09 janvier 2009
Les enjeux du secteur électrique
edito: 9 janvier 2009
Le Cabinet de conseil en Management et en Stratégie Opérationnelle «SIA Conseil» a rencontré Robert Durdilly. L’occasion d’échanger sur les enjeux du secteur de l’électricité à court et moyen terme, d’évoquer les problématiques actuelles au cœur des réflexions sur l’évolution des tarifs, et de faire le point sur quelques idées en débat en matière de politique énergétique européenne.
Les défis de demain
Sia Conseil: A court et moyen terme, quels seront les principaux enjeux pour le secteur de l’électricité?
Robert Durdilly: Les enjeux du secteur de l’électricité sont liés aux combats énergétiques auxquels la France devra faire face d’ici 2020, une échéance finalement assez proche. On compte quatre principaux enjeux: Faire face au changement climatique, d’une part par une meilleure maîtrise de la demande d’énergie et de la puissance de pointe, et d’autre part, par le développement des énergies renouvelables, Renforcer notre indépendance énergétique en investissant dans la production et les réseaux électriques. Une récente étude a estimé la hauteur des investissements à 1000 milliards d’euros en Europe à l’horizon 2020 – 2030! Sécuriser les approvisionnements. Concernant ce point, la France disposait jusqu’ici d’une position assez confortable par rapport à ses homologues européens, mais cette avance tend à s’éroder. Au niveau européen, la sécurisation des approvisionnements doit être renforcée et passe par une plus grande solidarité entre pays.
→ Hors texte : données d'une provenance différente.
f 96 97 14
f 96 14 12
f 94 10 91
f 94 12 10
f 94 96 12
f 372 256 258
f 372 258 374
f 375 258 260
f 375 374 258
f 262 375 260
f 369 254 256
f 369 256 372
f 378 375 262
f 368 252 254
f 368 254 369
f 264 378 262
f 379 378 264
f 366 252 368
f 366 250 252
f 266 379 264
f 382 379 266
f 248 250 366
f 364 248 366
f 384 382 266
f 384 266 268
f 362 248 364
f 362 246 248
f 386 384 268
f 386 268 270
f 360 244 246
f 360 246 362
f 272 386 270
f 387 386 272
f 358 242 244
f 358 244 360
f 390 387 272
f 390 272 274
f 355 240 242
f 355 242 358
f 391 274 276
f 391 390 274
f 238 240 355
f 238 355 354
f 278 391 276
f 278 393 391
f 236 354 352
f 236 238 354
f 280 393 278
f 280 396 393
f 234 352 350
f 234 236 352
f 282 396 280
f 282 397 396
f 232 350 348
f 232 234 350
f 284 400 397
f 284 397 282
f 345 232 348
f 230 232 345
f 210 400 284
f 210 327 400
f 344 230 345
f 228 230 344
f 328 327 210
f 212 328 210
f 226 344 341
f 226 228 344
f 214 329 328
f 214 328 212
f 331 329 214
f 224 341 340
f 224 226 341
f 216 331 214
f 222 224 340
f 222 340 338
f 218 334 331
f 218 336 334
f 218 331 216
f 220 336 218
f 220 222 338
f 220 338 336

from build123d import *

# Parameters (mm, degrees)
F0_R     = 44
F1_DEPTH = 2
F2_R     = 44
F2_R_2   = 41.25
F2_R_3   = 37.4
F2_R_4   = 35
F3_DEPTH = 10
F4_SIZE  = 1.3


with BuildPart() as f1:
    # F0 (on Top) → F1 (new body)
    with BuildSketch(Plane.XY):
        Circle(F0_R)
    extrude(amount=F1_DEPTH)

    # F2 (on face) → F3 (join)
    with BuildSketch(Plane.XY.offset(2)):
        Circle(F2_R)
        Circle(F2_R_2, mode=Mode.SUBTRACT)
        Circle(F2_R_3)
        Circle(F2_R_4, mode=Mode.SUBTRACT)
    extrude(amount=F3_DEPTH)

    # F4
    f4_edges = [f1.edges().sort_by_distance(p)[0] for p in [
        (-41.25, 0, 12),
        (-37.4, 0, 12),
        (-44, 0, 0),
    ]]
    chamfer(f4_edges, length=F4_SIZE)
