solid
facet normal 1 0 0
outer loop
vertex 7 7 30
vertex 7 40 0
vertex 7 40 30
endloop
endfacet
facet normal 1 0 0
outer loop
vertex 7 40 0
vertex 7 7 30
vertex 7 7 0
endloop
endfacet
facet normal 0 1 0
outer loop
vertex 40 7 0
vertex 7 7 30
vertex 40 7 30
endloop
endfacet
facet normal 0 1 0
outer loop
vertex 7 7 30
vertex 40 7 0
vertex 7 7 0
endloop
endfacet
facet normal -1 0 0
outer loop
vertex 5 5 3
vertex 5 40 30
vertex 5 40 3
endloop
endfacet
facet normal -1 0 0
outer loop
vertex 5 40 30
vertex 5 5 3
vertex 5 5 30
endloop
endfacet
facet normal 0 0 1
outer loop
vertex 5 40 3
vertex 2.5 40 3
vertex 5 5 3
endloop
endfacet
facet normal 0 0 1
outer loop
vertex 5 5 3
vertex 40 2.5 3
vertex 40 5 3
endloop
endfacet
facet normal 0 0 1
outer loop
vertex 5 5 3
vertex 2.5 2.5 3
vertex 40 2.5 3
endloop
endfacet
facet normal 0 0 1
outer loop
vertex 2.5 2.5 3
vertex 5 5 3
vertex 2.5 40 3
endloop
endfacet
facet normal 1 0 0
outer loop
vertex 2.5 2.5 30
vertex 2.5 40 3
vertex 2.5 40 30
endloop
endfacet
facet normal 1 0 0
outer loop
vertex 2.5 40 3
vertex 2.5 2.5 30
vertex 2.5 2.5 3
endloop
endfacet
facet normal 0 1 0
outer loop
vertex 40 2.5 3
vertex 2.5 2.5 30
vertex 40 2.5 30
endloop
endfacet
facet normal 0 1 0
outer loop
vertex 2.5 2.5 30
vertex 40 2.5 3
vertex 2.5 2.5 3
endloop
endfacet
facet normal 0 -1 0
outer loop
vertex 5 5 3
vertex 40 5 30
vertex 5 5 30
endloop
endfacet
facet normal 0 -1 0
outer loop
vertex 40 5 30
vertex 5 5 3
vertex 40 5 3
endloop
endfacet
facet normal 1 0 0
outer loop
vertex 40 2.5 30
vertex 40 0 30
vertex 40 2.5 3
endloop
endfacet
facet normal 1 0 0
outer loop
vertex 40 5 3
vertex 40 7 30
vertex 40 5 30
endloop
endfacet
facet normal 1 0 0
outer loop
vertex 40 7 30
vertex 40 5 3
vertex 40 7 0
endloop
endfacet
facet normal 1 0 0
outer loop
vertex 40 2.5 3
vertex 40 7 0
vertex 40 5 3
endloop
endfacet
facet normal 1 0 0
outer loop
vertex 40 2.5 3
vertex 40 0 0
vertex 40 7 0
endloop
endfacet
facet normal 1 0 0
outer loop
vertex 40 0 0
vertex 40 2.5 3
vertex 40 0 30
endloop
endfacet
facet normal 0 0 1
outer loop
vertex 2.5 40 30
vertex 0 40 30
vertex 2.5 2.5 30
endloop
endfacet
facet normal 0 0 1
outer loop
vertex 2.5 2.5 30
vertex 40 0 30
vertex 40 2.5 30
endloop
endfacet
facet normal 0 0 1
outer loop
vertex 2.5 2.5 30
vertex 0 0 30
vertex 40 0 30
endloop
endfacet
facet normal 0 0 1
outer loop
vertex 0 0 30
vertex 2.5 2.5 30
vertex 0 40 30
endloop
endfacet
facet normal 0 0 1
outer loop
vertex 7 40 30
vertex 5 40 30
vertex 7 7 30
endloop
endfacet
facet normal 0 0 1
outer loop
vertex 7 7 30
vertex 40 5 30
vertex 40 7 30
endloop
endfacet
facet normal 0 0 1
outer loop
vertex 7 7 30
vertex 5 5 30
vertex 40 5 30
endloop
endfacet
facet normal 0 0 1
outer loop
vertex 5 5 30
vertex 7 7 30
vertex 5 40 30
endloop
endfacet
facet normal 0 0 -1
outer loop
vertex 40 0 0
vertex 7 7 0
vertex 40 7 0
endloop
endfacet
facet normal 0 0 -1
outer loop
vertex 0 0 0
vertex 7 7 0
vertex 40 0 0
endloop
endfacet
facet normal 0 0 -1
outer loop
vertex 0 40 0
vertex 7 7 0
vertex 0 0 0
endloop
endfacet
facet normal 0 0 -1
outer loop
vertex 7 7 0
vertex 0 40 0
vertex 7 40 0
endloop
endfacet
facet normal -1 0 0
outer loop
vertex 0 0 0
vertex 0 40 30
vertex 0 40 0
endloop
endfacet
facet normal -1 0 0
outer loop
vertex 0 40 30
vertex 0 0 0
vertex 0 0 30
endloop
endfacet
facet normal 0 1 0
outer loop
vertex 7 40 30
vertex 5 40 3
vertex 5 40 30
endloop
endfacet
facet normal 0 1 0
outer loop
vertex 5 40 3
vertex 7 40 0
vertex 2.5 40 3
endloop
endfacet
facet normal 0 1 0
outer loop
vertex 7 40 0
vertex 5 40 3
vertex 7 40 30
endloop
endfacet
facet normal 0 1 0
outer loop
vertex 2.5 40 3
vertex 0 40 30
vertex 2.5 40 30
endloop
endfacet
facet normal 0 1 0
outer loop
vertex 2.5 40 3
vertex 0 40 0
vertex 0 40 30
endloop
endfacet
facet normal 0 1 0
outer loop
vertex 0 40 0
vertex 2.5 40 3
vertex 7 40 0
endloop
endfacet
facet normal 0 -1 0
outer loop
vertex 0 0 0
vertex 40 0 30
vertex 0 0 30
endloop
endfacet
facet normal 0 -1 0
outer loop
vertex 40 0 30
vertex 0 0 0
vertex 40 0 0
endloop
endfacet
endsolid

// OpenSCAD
// A simple angle joint to hold 2 acryclic sheets to provide the basic structure
// for the incubator



module bracket(height,sheet_width)
{
	difference()
	{
		union()
		{
			cube([40,40,height]);
		}
		union()
		{
			translate([5+sheet_width,5+sheet_width,-1]) cube([40,40,height+10]);
			//gives the basic angle bracket shape
				
			translate([sheet_width+0.5,sheet_width+0.5,3]) cube ([sheet_width+0.5,40,height]);
			translate([sheet_width+0.5,sheet_width+0.5,3]) cube ([40,sheet_width+0.5,height]);
			//removes the slots for the sheet to go into
		}
	}
}

bracket(30,2);
//by changing the sheet width parameter in the module call above this can be adapted to acrylic sheets of different thicknesses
Cette meilleure intégration électrique permettra notamment une meilleure gestion de la puissance de pointe et de l’équilibre offre- demande, Améliorer la compétitivité en maintenant une position française privilégiée du fait de la compétitivité de son parc de production.
Sia Conseil: Pensez-vous que les technologies émergentes (captage du C02 – compteurs intelligents – nucléaire de quatrième génération) sont à la hauteur des enjeux énergétiques?
Robert Durdilly: Il existe aujourd’hui sur ces différents sujets une bonne dynamique de développement qu’il convient néanmoins de sécuriser en bâtissant un réel cadre économique et juridique (directives) afin de soutenir au mieux l’innovation. Concernant le captage du CO2, la production d’électricité constitue un terrain d’action privilégié puisque celle-ci est essentiellement centralisée et donc se prête bien à la mise en place de systèmes de stockage et de captage. Les compteurs intelligents permettent, quant à eux, de répondre aux enjeux liés à la maîtrise de la demande d’énergie et à la gestion de la puissance de pointe, les émissions de CO2 se concentrant essentiellement sur ces périodes de pointe en France. Ces compteurs vont permettre d’innover en matière de services. Les commercialisateurs auront ainsi plus de latitude à concevoir de nouvelles offres. Sur le sujet du nucléaire, l’innovation que constituera la filière dite de 4° génération permettra d’économiser les ressources en uranium et de renforcer la sûreté nucléaire. Afin de réaliser tout cela, il est important que l’incitation émane des pouvoirs publics. Il faut donc trouver un bon compromis entre dispositif d’incitation sous forme de subventions, assimilables à des aides d’Etat, et bon fonctionnement du marché sans distorsion de concurrence. Le mécanisme envisagé dans le Paquet Climat–Energie d’affecter une partie des recettes de mise aux enchères des quotas de CO2 est conçu pour permettre le financement des opérations de démonstration de captage et de stockage.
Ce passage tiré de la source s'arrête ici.